Seção: Terceira Seção De Julgamento
Data da sessão: Wed Feb 24 00:00:00 UTC 2021
Data da publicação: Tue Apr 13 00:00:00 UTC 2021
Ementa: ASSUNTO: NORMAS GERAIS DE DIREITO TRIBUTÁRIO Ano-calendário: 2010 COMPENSAÇÃO NÃO HOMOLOGADA. RECURSO VOLUNTÁRIO. OBJETO. NÃO CONHECIMENTO. O contribuinte ao traçar em recurso voluntário apenas a linha de defesa de ampliação do prazo para apuração do efetivo direito creditório, não combateu o mérito da não homologação da compensação. Logo, o recurso voluntário não tem objeto.

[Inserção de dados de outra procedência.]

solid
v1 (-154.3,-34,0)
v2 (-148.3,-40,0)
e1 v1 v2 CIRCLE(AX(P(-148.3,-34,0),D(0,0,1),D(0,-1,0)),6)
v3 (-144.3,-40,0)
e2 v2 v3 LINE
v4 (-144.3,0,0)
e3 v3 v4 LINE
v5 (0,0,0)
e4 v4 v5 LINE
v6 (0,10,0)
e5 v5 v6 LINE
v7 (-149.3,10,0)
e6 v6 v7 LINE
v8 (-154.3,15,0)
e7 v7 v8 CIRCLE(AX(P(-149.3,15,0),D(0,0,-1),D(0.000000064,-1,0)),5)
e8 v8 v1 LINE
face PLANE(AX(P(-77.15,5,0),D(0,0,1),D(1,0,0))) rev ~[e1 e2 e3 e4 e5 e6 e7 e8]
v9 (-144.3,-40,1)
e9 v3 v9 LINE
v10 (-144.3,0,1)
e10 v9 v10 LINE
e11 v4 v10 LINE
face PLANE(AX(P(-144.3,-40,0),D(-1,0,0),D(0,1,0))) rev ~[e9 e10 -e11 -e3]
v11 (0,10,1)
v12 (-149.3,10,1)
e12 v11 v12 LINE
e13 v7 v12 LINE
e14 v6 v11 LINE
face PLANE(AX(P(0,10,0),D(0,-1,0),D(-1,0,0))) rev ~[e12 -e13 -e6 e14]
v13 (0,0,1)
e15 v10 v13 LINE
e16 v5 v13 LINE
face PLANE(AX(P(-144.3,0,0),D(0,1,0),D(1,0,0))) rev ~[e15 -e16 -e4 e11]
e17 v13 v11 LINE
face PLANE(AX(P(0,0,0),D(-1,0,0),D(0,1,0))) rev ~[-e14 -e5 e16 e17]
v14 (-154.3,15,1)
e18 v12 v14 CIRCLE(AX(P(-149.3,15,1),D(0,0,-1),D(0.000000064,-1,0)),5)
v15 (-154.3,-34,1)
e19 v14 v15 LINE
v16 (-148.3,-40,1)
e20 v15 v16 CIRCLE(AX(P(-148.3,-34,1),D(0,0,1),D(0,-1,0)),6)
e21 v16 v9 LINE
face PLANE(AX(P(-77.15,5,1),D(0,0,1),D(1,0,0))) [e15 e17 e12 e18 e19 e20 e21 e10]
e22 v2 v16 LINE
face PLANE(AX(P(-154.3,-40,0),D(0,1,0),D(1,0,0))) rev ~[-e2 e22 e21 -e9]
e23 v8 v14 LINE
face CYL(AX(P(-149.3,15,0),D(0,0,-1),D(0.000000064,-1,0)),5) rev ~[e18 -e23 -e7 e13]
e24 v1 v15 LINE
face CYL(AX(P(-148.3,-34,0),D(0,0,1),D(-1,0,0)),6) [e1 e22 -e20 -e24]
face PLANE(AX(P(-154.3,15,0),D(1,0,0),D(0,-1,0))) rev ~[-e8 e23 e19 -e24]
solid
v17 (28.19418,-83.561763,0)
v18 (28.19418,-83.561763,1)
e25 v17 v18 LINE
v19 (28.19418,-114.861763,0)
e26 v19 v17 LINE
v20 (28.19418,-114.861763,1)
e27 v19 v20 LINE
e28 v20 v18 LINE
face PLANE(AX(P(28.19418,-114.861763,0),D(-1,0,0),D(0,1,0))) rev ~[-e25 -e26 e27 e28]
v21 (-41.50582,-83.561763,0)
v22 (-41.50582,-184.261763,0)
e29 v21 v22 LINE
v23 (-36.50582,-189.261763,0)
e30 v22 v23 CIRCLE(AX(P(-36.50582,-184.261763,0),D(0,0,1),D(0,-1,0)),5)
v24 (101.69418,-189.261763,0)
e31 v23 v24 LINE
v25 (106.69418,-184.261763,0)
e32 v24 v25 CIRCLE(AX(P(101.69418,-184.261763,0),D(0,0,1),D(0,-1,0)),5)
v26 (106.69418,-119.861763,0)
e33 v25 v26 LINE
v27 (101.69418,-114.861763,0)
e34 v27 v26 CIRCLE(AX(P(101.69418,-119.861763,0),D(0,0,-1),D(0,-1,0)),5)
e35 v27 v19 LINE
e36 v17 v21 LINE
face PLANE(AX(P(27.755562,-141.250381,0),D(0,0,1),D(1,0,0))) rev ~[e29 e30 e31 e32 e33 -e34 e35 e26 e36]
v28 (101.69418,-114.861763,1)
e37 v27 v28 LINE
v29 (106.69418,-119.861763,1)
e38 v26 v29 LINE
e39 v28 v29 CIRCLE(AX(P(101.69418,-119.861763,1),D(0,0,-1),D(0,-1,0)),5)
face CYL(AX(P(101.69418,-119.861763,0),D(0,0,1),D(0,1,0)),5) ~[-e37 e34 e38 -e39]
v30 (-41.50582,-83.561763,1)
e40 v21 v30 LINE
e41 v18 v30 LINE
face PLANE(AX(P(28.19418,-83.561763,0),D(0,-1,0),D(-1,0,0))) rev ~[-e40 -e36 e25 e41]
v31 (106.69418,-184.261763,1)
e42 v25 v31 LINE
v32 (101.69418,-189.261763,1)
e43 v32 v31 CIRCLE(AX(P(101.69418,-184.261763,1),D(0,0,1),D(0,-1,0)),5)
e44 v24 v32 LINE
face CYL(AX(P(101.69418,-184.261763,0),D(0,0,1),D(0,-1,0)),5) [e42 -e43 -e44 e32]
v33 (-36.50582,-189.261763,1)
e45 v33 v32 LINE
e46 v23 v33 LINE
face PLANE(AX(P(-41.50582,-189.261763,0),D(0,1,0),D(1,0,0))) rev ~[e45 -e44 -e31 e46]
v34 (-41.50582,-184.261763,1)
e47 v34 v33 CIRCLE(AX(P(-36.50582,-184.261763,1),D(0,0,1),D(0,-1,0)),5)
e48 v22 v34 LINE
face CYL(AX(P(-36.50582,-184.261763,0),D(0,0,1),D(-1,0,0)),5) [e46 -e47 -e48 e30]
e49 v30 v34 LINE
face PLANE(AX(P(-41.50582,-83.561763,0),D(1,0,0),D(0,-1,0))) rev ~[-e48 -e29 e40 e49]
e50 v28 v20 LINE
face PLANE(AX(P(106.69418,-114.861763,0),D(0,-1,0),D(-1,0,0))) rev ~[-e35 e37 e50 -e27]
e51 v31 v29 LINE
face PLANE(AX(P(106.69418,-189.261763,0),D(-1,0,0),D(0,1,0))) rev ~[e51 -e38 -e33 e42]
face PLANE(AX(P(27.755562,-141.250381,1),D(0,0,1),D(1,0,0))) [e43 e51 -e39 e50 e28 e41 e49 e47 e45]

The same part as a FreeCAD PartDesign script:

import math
import FreeCAD as App
import Part
import Sketcher

V = App.Vector


def edges_at(feature, points):
    """Names of the edges that pass closest to the given points."""
    edges = feature.Shape.Edges
    near = lambda p: min(range(len(edges)), key=lambda i: edges[i].distToShape(Part.Vertex(*p))[0])
    return sorted({f"Edge{near(p) + 1}" for p in points})

doc = App.newDocument("Part")
body = doc.addObject("PartDesign::Body", "Body")

# Sketch on XY plane
sketch1 = doc.addObject("Sketcher::SketchObject", "Sketch")
body.addObject(sketch1)
sketch1.AttachmentSupport = (doc.XY_Plane, [""])
sketch1.MapMode = "FlatFace"
sketch1.addGeometry([
    Part.LineSegment(V(-144.3, 0, 0), V(0, 0, 0)),  # 0
    Part.LineSegment(V(0, 0, 0), V(0, 10, 0)),  # 1
    Part.LineSegment(V(0, 10, 0), V(-149.3, 10, 0)),  # 2
    Part.ArcOfCircle(Part.Circle(V(-149.3, 15, 0), V(0, 0, 1), 5), math.radians(180), math.radians(270)),  # 3
    Part.LineSegment(V(-154.3, 15, 0), V(-154.3, -40, 0)),  # 4
    Part.LineSegment(V(-154.3, -40, 0), V(-144.3, -40, 0)),  # 5
    Part.LineSegment(V(-144.3, -40, 0), V(-144.3, 0, 0)),  # 6
], False)
sketch1.addConstraint([
    Sketcher.Constraint("Coincident", 0, 2, 1, 1),
    Sketcher.Constraint("Coincident", 1, 2, 2, 1),
    Sketcher.Constraint("Tangent", 2, 2, 3, 2),
    Sketcher.Constraint("Tangent", 3, 1, 4, 1),
    Sketcher.Constraint("Coincident", 4, 2, 5, 1),
    Sketcher.Constraint("Coincident", 5, 2, 6, 1),
    Sketcher.Constraint("Coincident", 6, 2, 0, 1),
    Sketcher.Constraint("Horizontal", 0),
    Sketcher.Constraint("Vertical", 1),
    Sketcher.Constraint("Horizontal", 2),
    Sketcher.Constraint("Vertical", 4),
    Sketcher.Constraint("Horizontal", 5),
    Sketcher.Constraint("Vertical", 6),
    Sketcher.Constraint("Coincident", 0, 2, -1, 1),
    Sketcher.Constraint("Equal", 5, 1),
    Sketcher.Constraint("Radius", 3, 5.0),
    Sketcher.Constraint("DistanceX", 5, 1, 5, 2, 10.0),
    Sketcher.Constraint("DistanceY", 4, 2, 4, 1, 55.0),
    Sketcher.Constraint("DistanceX", 0, 1, 0, 2, 144.3),
])
pad1 = doc.addObject("PartDesign::Pad", "Pad")
body.addObject(pad1)
pad1.Profile = sketch1
pad1.Length = 1
doc.recompute()

fillet = doc.addObject("PartDesign::Fillet", "Fillet")
body.addObject(fillet)
fillet.Base = (pad1, edges_at(pad1, [(-154.3, -40, 0.5)]))
fillet.Radius = 6
body2 = doc.addObject("PartDesign::Body", "Body001")

# Sketch on XY plane
sketch2 = doc.addObject("Sketcher::SketchObject", "Sketch001")
body2.addObject(sketch2)
sketch2.AttachmentSupport = (doc.getObject("XY_Plane001"), [""])
sketch2.MapMode = "FlatFace"
sketch2.addGeometry([
    Part.LineSegment(V(107, -115, 0), V(28, -115, 0)),  # 0
    Part.LineSegment(V(28, -115, 0), V(28, -84, 0)),  # 1
    Part.LineSegment(V(28, -84, 0), V(-42, -84, 0)),  # 2
    Part.LineSegment(V(-42, -84, 0), V(-42, -189, 0)),  # 3
    Part.LineSegment(V(-42, -189, 0), V(107, -189, 0)),  # 4
    Part.LineSegment(V(107, -189, 0), V(107, -115, 0)),  # 5
], False)
sketch2.addConstraint([
    Sketcher.Constraint("Coincident", 0, 2, 1, 1),
    Sketcher.Constraint("Coincident", 1, 2, 2, 1),
    Sketcher.Constraint("Coincident", 2, 2, 3, 1),
    Sketcher.Constraint("Coincident", 3, 2, 4, 1),
    Sketcher.Constraint("Coincident", 4, 2, 5, 1),
    Sketcher.Constraint("Coincident", 5, 2, 0, 1),
    Sketcher.Constraint("Horizontal", 0),
    Sketcher.Constraint("Vertical", 1),
    Sketcher.Constraint("Horizontal", 2),
    Sketcher.Constraint("Vertical", 3),
    Sketcher.Constraint("Horizontal", 4),
    Sketcher.Constraint("Vertical", 5),
    Sketcher.Constraint("DistanceX", 0, 2, 0, 1, 78.5),
    Sketcher.Constraint("DistanceX", 2, 2, 2, 1, 69.7),
    Sketcher.Constraint("DistanceY", 1, 1, 1, 2, 31.3),
    Sketcher.Constraint("DistanceY", 3, 2, 3, 1, 105.7),
    Sketcher.Constraint("DistanceX", -1, 1, 0, 2, 28.19418),
    Sketcher.Constraint("DistanceY", 0, 2, -1, 1, 114.861763),
])
pad2 = doc.addObject("PartDesign::Pad", "Pad001")
body2.addObject(pad2)
pad2.Profile = sketch2
pad2.Length = 1
doc.recompute()

fillet2 = doc.addObject("PartDesign::Fillet", "Fillet001")
body2.addObject(fillet2)
fillet2.Base = (pad2, edges_at(pad2, [(-41.506, -189.262, 0.5), (106.694, -189.262, 0.5), (106.694, -114.862, 0.5)]))
fillet2.Radius = 5

doc.recompute()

Numero da decisão: 3301-009.714
Decisão: Acordam os membros do colegiado, por unanimidade de votos, não conhecer o recurso voluntário, nos termos do relatório e voto que integram o presente julgado. Este julgamento seguiu a sistemática dos recursos repetitivos, sendo-lhes aplicado o decidido no Acórdão nº 3301-009.708, de 24 de fevereiro de 2021, prolatado no julgamento do processo 10865.900254/2017-60, paradigma ao qual o presente processo foi vinculado. (documento assinado digitalmente) Liziane Angelotti Meira - Presidente Redatora Participaram da sessão de julgamento os Conselheiros Ari Vendramini, Marcelo Costa Marques d’Oliveira, Marco Antonio Marinho Nunes, Salvador Cândido Brandão Junior, José Adão Vitorino de Morais, Semíramis de Oliveira Duro, Sabrina Coutinho Barbosa (suplente convocada) e Liziane Angelotti Meira (Presidente).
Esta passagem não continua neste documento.